### Task input
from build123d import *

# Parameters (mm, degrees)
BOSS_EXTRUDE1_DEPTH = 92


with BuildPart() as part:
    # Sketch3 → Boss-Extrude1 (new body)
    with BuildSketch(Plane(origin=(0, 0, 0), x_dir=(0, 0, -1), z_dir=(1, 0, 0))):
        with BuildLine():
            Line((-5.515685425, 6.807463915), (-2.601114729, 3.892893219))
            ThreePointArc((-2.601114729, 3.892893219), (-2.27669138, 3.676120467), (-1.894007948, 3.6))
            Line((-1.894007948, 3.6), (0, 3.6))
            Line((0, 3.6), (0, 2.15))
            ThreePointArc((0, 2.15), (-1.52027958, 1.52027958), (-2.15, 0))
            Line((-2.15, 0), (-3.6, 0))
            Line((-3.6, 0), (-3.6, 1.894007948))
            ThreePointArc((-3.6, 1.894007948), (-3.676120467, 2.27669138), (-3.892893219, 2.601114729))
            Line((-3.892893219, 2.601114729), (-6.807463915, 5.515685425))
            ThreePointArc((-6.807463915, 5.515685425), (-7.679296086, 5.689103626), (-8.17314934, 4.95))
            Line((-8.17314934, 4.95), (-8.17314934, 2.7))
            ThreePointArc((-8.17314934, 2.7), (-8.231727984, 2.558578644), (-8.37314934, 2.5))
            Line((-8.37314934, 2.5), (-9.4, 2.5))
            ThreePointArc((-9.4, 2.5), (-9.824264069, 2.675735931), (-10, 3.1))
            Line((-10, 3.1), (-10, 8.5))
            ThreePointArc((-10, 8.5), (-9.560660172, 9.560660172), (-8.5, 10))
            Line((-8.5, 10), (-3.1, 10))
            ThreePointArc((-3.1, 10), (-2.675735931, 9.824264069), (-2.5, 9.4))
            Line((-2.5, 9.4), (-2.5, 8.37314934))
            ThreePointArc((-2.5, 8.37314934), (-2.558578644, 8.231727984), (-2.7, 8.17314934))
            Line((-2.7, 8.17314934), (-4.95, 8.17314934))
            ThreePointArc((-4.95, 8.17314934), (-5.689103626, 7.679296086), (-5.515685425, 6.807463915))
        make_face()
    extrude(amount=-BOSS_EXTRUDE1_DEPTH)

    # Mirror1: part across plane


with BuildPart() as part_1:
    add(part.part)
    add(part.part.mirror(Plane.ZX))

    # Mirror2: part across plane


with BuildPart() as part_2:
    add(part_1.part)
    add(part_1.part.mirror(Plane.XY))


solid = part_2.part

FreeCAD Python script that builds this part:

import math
import FreeCAD as App
import Part
import Sketcher

V = App.Vector

doc = App.newDocument("Part")
params = doc.addObject("Spreadsheet::Sheet", "Params")
for row, (alias, value) in enumerate([
    ("sketch1_radius", "1 mm"),
    ("sketch1_radius2", "0.8 mm"),
    ("sketch1_radius3", "0.2 mm"),
    ("sketch1_radius4", "0.6 mm"),
    ("sketch1_radius5", "1.5 mm"),
    ("pad1_length", "92 mm"),
], start=1):
    params.set(f"A{row}", alias)
    params.set(f"B{row}", "=" + value)
    params.setAlias(f"B{row}", alias)

body = doc.addObject("PartDesign::Body", "Body")

# Sketch on YZ plane
sketch1 = body.newObject("Sketcher::SketchObject", "Sketch")
sketch1.AttachmentSupport = (doc.getObject("YZ_Plane"), [""])
sketch1.MapMode = "FlatFace"
sketch1.addGeometry(Part.LineSegment(V(3.89, 2.6, 0), V(6.81, 5.52, 0)), False)
sketch1.addGeometry(Part.ArcOfCircle(Part.Circle(V(7.37, 4.95, 0), V(0, 0, 1), 0.8), math.radians(0), math.radians(135)), False)
sketch1.addGeometry(Part.LineSegment(V(8.17, 4.95, 0), V(8.17, 2.7, 0)), False)
sketch1.addGeometry(Part.ArcOfCircle(Part.Circle(V(8.37, 2.7, 0), V(0, 0, 1), 0.2), math.radians(-180), math.radians(-90)), False)
sketch1.addGeometry(Part.LineSegment(V(8.37, 2.5, 0), V(9.4, 2.5, 0)), False)
sketch1.addGeometry(Part.ArcOfCircle(Part.Circle(V(9.4, 3.1, 0), V(0, 0, 1), 0.6), math.radians(-90), math.radians(0)), False)
sketch1.addGeometry(Part.LineSegment(V(10, 3.1, 0), V(10, 8.5, 0)), False)
sketch1.addGeometry(Part.ArcOfCircle(Part.Circle(V(8.5, 8.5, 0), V(0, 0, 1), 1.5), math.radians(0), math.radians(90)), False)
sketch1.addGeometry(Part.LineSegment(V(8.5, 10, 0), V(3.1, 10, 0)), False)
sketch1.addGeometry(Part.ArcOfCircle(Part.Circle(V(3.1, 9.4, 0), V(0, 0, 1), 0.6), math.radians(90), math.radians(180)), False)
sketch1.addGeometry(Part.LineSegment(V(2.5, 9.4, 0), V(2.5, 8.37, 0)), False)
sketch1.addGeometry(Part.ArcOfCircle(Part.Circle(V(2.7, 8.37, 0), V(0, 0, 1), 0.2), math.radians(-180), math.radians(-90)), False)
sketch1.addGeometry(Part.LineSegment(V(2.7, 8.17, 0), V(4.95, 8.17, 0)), False)
sketch1.addGeometry(Part.ArcOfCircle(Part.Circle(V(4.95, 7.37, 0), V(0, 0, 1), 0.8), math.radians(-45), math.radians(90)), False)
sketch1.addGeometry(Part.LineSegment(V(5.52, 6.81, 0), V(2.6, 3.89, 0)), False)
sketch1.addGeometry(Part.ArcOfCircle(Part.Circle(V(1.89, 4.6, 0), V(0, 0, 1), 1), math.radians(-90), math.radians(-45)), False)
sketch1.addGeometry(Part.LineSegment(V(1.89, 3.6, 0), V(0, 3.6, 0)), False)
sketch1.addGeometry(Part.LineSegment(V(0, 3.6, 0), V(0, 2.15, 0)), False)
sketch1.addGeometry(Part.ArcOfCircle(Part.Circle(V(0, 0, 0), V(0, 0, 1), 2.15), math.radians(0), math.radians(90)), False)
sketch1.addGeometry(Part.LineSegment(V(2.15, 0, 0), V(3.6, 0, 0)), False)
sketch1.addGeometry(Part.LineSegment(V(3.6, 0, 0), V(3.6, 1.89, 0)), False)
sketch1.addGeometry(Part.ArcOfCircle(Part.Circle(V(4.6, 1.89, 0), V(0, 0, 1), 1), math.radians(135), math.radians(180)), False)
sketch1.addConstraint(Sketcher.Constraint("Tangent", 0, 2, 1, 2))
sketch1.addConstraint(Sketcher.Constraint("Tangent", 1, 1, 2, 1))
sketch1.addConstraint(Sketcher.Constraint("Tangent", 2, 2, 3, 1))
sketch1.addConstraint(Sketcher.Constraint("Tangent", 3, 2, 4, 1))
sketch1.addConstraint(Sketcher.Constraint("Tangent", 4, 2, 5, 1))
sketch1.addConstraint(Sketcher.Constraint("Tangent", 5, 2, 6, 1))
sketch1.addConstraint(Sketcher.Constraint("Tangent", 6, 2, 7, 1))
sketch1.addConstraint(Sketcher.Constraint("Tangent", 7, 2, 8, 1))
sketch1.addConstraint(Sketcher.Constraint("Tangent", 8, 2, 9, 1))
sketch1.addConstraint(Sketcher.Constraint("Tangent", 9, 2, 10, 1))
sketch1.addConstraint(Sketcher.Constraint("Tangent", 10, 2, 11, 1))
sketch1.addConstraint(Sketcher.Constraint("Tangent", 11, 2, 12, 1))
sketch1.addConstraint(Sketcher.Constraint("Tangent", 12, 2, 13, 2))
sketch1.addConstraint(Sketcher.Constraint("Tangent", 13, 1, 14, 1))
sketch1.addConstraint(Sketcher.Constraint("Tangent", 14, 2, 15, 2))
sketch1.addConstraint(Sketcher.Constraint("Tangent", 15, 1, 16, 1))
sketch1.addConstraint(Sketcher.Constraint("Coincident", 16, 2, 17, 1))
sketch1.addConstraint(Sketcher.Constraint("Coincident", 17, 2, 18, 2))
sketch1.addConstraint(Sketcher.Constraint("Coincident", 18, 1, 19, 1))
sketch1.addConstraint(Sketcher.Constraint("Coincident", 19, 2, 20, 1))
sketch1.addConstraint(Sketcher.Constraint("Tangent", 20, 2, 21, 2))
sketch1.addConstraint(Sketcher.Constraint("Tangent", 21, 1, 0, 1))
sketch1.addConstraint(Sketcher.Constraint("Vertical", 2))
sketch1.addConstraint(Sketcher.Constraint("Horizontal", 4))
sketch1.addConstraint(Sketcher.Constraint("Vertical", 6))
sketch1.addConstraint(Sketcher.Constraint("Horizontal", 8))
sketch1.addConstraint(Sketcher.Constraint("Vertical", 10))
sketch1.addConstraint(Sketcher.Constraint("Horizontal", 12))
sketch1.addConstraint(Sketcher.Constraint("Horizontal", 16))
sketch1.addConstraint(Sketcher.Constraint("Vertical", 17))
sketch1.addConstraint(Sketcher.Constraint("Horizontal", 19))
sketch1.addConstraint(Sketcher.Constraint("Vertical", 20))
sketch1.addConstraint(Sketcher.Constraint("Coincident", 18, 3, -1, 1))
sketch1.addConstraint(Sketcher.Constraint("Equal", 5, 9))
sketch1.addConstraint(Sketcher.Constraint("Equal", 3, 11))
sketch1.addConstraint(Sketcher.Constraint("Equal", 1, 13))
sketch1.addConstraint(Sketcher.Constraint("Equal", 15, 21))
sketch1.addConstraint(Sketcher.Constraint("PointOnObject", 16, 2, -2))
sketch1.addConstraint(Sketcher.Constraint("PointOnObject", 18, 1, -1))
sketch1.addConstraint(Sketcher.Constraint("Parallel", 0, 14))
sketch1.addConstraint(Sketcher.Constraint("Equal", 12, 2))
sketch1.addConstraint(Sketcher.Constraint("Equal", 8, 6))
sketch1.addConstraint(Sketcher.Constraint("Equal", 4, 10))
sketch1.addConstraint(Sketcher.Constraint("Equal", 19, 17))
sketch1.addConstraint(Sketcher.Constraint("Equal", 16, 20))
sketch1.addConstraint(Sketcher.Constraint("Equal", 0, 14))
sketch1.addConstraint(Sketcher.Constraint("Radius", 15, 1.0))
sketch1.addConstraint(Sketcher.Constraint("Radius", 1, 0.8))
sketch1.addConstraint(Sketcher.Constraint("Radius", 3, 0.2))
sketch1.addConstraint(Sketcher.Constraint("Radius", 5, 0.6))
sketch1.addConstraint(Sketcher.Constraint("Radius", 7, 1.5))
sketch1.addConstraint(Sketcher.Constraint("Radius", 18, 2.15))
sketch1.addConstraint(Sketcher.Constraint("DistanceX", 8, 2, 8, 1, 5.4))
sketch1.addConstraint(Sketcher.Constraint("DistanceX", -1, 1, 5, 2, 10.0))
sketch1.addConstraint(Sketcher.Constraint("DistanceX", 12, 1, 12, 2, 2.25))
sketch1.addConstraint(Sketcher.Constraint("DistanceX", 19, 1, 19, 2, 1.45))
sketch1.addConstraint(Sketcher.Constraint("DistanceX", 4, 1, 4, 2, 1.026851))
sketch1.setExpression("Constraints[46]", "Params.sketch1_radius")
sketch1.setExpression("Constraints[47]", "Params.sketch1_radius2")
sketch1.setExpression("Constraints[48]", "Params.sketch1_radius3")
sketch1.setExpression("Constraints[49]", "Params.sketch1_radius4")
sketch1.setExpression("Constraints[50]", "Params.sketch1_radius5")
pad1 = body.newObject("PartDesign::Pad", "Pad")
pad1.Profile = sketch1
pad1.setExpression("Length", "Params.pad1_length")
pad1.Reversed = True
body2 = doc.addObject("PartDesign::Body", "Body001")
doc.recompute()

body2.BaseFeature = body
doc.recompute()

mirroring = doc.addObject("Part::Mirroring", "Mirroring")
mirroring.Source = body
mirroring.Base = V(0, 0, 0)
mirroring.Normal = V(0, 1, 0)
body3 = doc.addObject("PartDesign::Body", "Body002")
body3.BaseFeature = mirroring
boolean = body2.newObject("PartDesign::Boolean", "Boolean")
boolean.Type = "Fuse"
boolean.addObjects([body3])
doc.recompute()
body4 = doc.addObject("PartDesign::Body", "Body003")
doc.recompute()

body4.BaseFeature = body2
doc.recompute()

mirroring2 = doc.addObject("Part::Mirroring", "Mirroring001")
mirroring2.Source = body2
mirroring2.Base = V(0, 0, 0)
mirroring2.Normal = V(0, 0, 1)
body5 = doc.addObject("PartDesign::Body", "Body004")
body5.BaseFeature = mirroring2
boolean2 = body4.newObject("PartDesign::Boolean", "Boolean001")
boolean2.Type = "Fuse"
boolean2.addObjects([body5])
doc.recompute()
mirroring.Visibility = False
mirroring2.Visibility = False

doc.recompute()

### Assignment
Would you print, exactly as written, every line above from the one holding "Line((-2.5, 9.4), (-2.5, 8.37314934))" through the one holding "FreeCAD Python script", with both included and no other lines?

### Expected answer
            Line((-2.5, 9.4), (-2.5, 8.37314934))
            ThreePointArc((-2.5, 8.37314934), (-2.558578644, 8.231727984), (-2.7, 8.17314934))
            Line((-2.7, 8.17314934), (-4.95, 8.17314934))
            ThreePointArc((-4.95, 8.17314934), (-5.689103626, 7.679296086), (-5.515685425, 6.807463915))
        make_face()
    extrude(amount=-BOSS_EXTRUDE1_DEPTH)

    # Mirror1: part across plane


with BuildPart() as part_1:
    add(part.part)
    add(part.part.mirror(Plane.ZX))

    # Mirror2: part across plane


with BuildPart() as part_2:
    add(part_1.part)
    add(part_1.part.mirror(Plane.XY))


solid = part_2.part

FreeCAD Python script that builds this part:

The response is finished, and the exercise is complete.